━━ Dataset records ━━

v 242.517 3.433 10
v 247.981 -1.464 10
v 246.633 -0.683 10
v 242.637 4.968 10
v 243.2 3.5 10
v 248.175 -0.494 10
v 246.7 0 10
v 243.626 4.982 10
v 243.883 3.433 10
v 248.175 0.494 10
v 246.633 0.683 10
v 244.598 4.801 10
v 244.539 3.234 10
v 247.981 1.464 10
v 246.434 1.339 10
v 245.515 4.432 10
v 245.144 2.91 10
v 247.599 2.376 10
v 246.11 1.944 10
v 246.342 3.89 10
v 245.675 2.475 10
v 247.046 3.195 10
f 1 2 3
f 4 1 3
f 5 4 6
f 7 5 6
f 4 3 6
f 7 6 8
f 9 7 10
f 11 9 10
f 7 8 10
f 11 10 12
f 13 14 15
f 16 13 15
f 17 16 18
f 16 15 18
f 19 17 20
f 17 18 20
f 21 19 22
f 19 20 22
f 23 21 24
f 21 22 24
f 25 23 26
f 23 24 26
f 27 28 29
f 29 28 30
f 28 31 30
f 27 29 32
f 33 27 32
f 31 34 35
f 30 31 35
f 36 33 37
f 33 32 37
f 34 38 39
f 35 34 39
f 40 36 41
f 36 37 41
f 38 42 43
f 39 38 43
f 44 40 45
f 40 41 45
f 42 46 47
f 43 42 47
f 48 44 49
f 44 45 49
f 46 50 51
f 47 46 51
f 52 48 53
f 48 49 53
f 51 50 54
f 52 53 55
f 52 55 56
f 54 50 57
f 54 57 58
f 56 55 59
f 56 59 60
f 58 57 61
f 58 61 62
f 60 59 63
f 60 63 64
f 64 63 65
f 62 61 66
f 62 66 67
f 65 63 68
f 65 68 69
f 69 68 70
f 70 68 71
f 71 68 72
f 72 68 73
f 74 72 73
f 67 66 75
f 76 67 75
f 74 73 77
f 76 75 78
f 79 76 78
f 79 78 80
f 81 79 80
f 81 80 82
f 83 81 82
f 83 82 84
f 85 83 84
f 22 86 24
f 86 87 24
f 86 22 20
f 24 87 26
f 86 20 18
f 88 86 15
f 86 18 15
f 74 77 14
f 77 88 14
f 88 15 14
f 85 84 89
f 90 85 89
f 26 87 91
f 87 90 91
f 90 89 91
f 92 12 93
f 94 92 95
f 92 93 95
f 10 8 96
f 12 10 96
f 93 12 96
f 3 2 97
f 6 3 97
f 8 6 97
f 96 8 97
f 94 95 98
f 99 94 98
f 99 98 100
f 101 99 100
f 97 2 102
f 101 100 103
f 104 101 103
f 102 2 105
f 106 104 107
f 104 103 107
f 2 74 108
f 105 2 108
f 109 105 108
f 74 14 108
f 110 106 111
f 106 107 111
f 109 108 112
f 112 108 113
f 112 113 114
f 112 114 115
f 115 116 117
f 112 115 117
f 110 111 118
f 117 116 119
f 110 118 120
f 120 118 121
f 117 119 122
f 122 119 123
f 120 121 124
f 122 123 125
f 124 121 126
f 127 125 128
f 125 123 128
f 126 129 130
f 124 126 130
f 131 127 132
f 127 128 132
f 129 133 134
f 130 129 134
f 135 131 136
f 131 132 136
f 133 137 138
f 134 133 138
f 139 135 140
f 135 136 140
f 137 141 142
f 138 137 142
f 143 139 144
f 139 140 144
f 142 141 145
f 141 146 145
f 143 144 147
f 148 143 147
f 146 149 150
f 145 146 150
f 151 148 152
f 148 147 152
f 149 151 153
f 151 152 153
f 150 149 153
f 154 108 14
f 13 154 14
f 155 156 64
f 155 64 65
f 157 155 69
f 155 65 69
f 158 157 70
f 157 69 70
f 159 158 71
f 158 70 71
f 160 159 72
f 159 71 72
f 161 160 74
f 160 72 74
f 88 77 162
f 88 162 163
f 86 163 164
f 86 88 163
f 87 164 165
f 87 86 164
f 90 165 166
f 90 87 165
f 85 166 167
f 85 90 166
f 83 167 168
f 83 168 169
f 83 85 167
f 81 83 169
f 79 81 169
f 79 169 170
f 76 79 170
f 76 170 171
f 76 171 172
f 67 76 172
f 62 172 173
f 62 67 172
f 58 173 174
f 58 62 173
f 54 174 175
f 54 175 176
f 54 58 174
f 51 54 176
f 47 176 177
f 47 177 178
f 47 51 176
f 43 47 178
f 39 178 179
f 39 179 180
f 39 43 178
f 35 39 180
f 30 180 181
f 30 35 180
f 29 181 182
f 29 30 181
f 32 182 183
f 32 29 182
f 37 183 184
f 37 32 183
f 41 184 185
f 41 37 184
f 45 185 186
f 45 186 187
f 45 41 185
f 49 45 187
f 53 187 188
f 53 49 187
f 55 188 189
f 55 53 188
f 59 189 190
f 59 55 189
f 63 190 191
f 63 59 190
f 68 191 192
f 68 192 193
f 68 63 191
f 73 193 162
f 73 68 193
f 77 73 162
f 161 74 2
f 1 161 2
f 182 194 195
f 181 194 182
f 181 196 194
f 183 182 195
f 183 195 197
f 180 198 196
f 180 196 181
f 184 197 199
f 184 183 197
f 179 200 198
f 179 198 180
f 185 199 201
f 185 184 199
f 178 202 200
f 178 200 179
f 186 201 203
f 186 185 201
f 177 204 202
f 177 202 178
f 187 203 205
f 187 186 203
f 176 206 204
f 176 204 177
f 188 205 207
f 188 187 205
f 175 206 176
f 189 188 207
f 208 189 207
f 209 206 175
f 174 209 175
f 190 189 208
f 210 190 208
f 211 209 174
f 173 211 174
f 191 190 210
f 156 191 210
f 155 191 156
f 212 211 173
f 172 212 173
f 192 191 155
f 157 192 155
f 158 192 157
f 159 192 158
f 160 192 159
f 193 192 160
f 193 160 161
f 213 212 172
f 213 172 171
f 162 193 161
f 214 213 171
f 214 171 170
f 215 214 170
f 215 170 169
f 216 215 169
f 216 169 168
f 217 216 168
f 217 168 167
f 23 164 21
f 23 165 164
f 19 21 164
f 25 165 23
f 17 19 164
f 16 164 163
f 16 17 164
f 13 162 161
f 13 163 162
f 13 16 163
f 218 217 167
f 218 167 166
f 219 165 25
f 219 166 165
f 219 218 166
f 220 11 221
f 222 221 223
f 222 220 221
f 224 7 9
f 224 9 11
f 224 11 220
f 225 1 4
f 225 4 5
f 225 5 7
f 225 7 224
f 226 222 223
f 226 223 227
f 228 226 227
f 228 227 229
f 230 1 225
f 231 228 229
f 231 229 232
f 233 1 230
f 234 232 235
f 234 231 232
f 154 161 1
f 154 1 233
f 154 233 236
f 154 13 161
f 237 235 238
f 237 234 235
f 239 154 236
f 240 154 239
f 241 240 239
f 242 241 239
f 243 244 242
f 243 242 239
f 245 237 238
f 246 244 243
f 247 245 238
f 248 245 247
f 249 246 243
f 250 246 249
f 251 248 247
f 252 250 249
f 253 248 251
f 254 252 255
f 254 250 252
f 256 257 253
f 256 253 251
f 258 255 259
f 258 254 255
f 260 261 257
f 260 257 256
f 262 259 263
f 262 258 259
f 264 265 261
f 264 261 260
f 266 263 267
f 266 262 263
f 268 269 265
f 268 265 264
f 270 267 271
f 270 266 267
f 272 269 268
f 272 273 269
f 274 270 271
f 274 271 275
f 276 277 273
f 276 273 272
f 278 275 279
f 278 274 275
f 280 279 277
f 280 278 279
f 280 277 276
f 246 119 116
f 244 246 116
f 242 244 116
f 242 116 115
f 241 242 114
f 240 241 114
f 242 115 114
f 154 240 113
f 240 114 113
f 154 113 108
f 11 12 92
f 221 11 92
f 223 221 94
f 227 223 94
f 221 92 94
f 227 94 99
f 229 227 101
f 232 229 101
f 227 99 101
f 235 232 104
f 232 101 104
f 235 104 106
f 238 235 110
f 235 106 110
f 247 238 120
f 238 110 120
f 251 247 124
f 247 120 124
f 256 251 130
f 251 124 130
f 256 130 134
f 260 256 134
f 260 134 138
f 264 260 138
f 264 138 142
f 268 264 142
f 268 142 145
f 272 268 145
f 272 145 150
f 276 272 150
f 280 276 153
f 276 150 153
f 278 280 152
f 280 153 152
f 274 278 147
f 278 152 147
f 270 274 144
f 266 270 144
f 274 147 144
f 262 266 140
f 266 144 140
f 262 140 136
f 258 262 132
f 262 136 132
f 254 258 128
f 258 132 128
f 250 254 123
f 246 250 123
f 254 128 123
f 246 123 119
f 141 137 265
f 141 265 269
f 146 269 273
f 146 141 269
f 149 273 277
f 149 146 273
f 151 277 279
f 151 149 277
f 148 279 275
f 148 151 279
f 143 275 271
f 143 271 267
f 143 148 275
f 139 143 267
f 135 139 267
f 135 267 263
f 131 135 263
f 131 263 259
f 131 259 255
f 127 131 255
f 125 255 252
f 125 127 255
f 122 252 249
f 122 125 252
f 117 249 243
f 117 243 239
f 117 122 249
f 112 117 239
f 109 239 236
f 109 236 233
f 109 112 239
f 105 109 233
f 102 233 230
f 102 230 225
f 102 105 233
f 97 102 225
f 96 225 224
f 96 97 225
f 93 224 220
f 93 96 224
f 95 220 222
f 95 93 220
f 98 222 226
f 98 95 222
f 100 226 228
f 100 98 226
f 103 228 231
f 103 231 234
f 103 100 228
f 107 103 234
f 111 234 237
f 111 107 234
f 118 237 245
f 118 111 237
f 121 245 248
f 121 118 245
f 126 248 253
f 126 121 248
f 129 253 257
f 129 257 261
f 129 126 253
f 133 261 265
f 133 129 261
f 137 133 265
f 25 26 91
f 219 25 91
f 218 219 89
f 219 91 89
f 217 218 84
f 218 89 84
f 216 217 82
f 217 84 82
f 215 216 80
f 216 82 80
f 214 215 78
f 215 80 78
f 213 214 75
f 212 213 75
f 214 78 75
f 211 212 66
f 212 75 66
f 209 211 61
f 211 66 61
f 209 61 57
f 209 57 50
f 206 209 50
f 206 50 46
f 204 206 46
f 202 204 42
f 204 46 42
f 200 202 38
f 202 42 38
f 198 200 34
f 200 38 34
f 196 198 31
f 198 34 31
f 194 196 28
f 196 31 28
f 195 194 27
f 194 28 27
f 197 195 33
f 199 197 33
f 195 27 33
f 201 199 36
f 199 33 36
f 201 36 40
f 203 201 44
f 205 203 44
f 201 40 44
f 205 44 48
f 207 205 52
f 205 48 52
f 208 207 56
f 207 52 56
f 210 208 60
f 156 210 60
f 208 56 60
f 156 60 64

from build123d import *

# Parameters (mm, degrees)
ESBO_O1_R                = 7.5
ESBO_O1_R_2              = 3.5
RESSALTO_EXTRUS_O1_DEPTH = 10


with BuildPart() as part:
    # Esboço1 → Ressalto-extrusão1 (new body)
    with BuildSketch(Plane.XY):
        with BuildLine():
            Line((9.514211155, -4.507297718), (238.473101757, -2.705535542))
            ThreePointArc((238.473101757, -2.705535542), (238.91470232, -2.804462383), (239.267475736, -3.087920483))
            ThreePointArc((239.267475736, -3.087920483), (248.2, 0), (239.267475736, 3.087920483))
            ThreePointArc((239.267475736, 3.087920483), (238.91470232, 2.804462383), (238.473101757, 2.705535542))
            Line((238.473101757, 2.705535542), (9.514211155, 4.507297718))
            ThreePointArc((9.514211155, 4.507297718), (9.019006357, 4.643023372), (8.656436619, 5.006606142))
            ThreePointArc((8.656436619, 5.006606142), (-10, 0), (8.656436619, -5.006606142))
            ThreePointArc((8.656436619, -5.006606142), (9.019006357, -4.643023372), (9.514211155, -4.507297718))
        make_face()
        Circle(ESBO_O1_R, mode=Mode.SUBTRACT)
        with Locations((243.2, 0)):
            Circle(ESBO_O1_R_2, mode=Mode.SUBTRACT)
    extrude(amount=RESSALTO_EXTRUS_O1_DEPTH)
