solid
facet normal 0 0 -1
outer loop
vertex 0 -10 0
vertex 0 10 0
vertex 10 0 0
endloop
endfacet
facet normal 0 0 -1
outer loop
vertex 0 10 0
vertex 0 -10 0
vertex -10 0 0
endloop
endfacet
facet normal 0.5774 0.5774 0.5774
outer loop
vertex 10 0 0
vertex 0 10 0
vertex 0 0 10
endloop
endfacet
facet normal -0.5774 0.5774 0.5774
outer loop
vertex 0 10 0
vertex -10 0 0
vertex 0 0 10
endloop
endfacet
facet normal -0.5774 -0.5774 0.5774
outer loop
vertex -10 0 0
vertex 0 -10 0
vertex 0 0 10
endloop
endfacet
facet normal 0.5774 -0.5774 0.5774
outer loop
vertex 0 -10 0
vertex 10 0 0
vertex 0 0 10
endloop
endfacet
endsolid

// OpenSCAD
// Volume: 666.6666666666666, SurfaceArea: 546.4101615137754
echo(version=version());

polyhedron(
  points = [
    [10, 0, 0],
    [0, 10, 0],
    [-10, 0, 0],
    [0, -10, 0],
    [0, 0, 10]
  ],
  triangles = [
    [0, 1, 2, 3],
    [4, 1, 0],
    [4, 2, 1],
    [4, 3, 2],
    [4, 0, 3]
  ]
);

// Written by Clifford Wolf <clifford@clifford.at> and Marius
// Kintel <marius@kintel.net>
//
// To the extent possible under law, the author(s) have dedicated all
// copyright and related and neighboring rights to this software to the
// public domain worldwide. This software is distributed without any
// warranty.
//
// You should have received a copy of the CC0 Public Domain
// Dedication along with this software.
// If not, see <http://creativecommons.org/publicdomain/zero/1.0/>.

━━━

Filter the lines above so that only those with the string "mode" remain, then copy them.

■ Problem solution ■
        Circle(ESBO_O1_R, mode=Mode.SUBTRACT)
            Circle(ESBO_O1_R_2, mode=Mode.SUBTRACT)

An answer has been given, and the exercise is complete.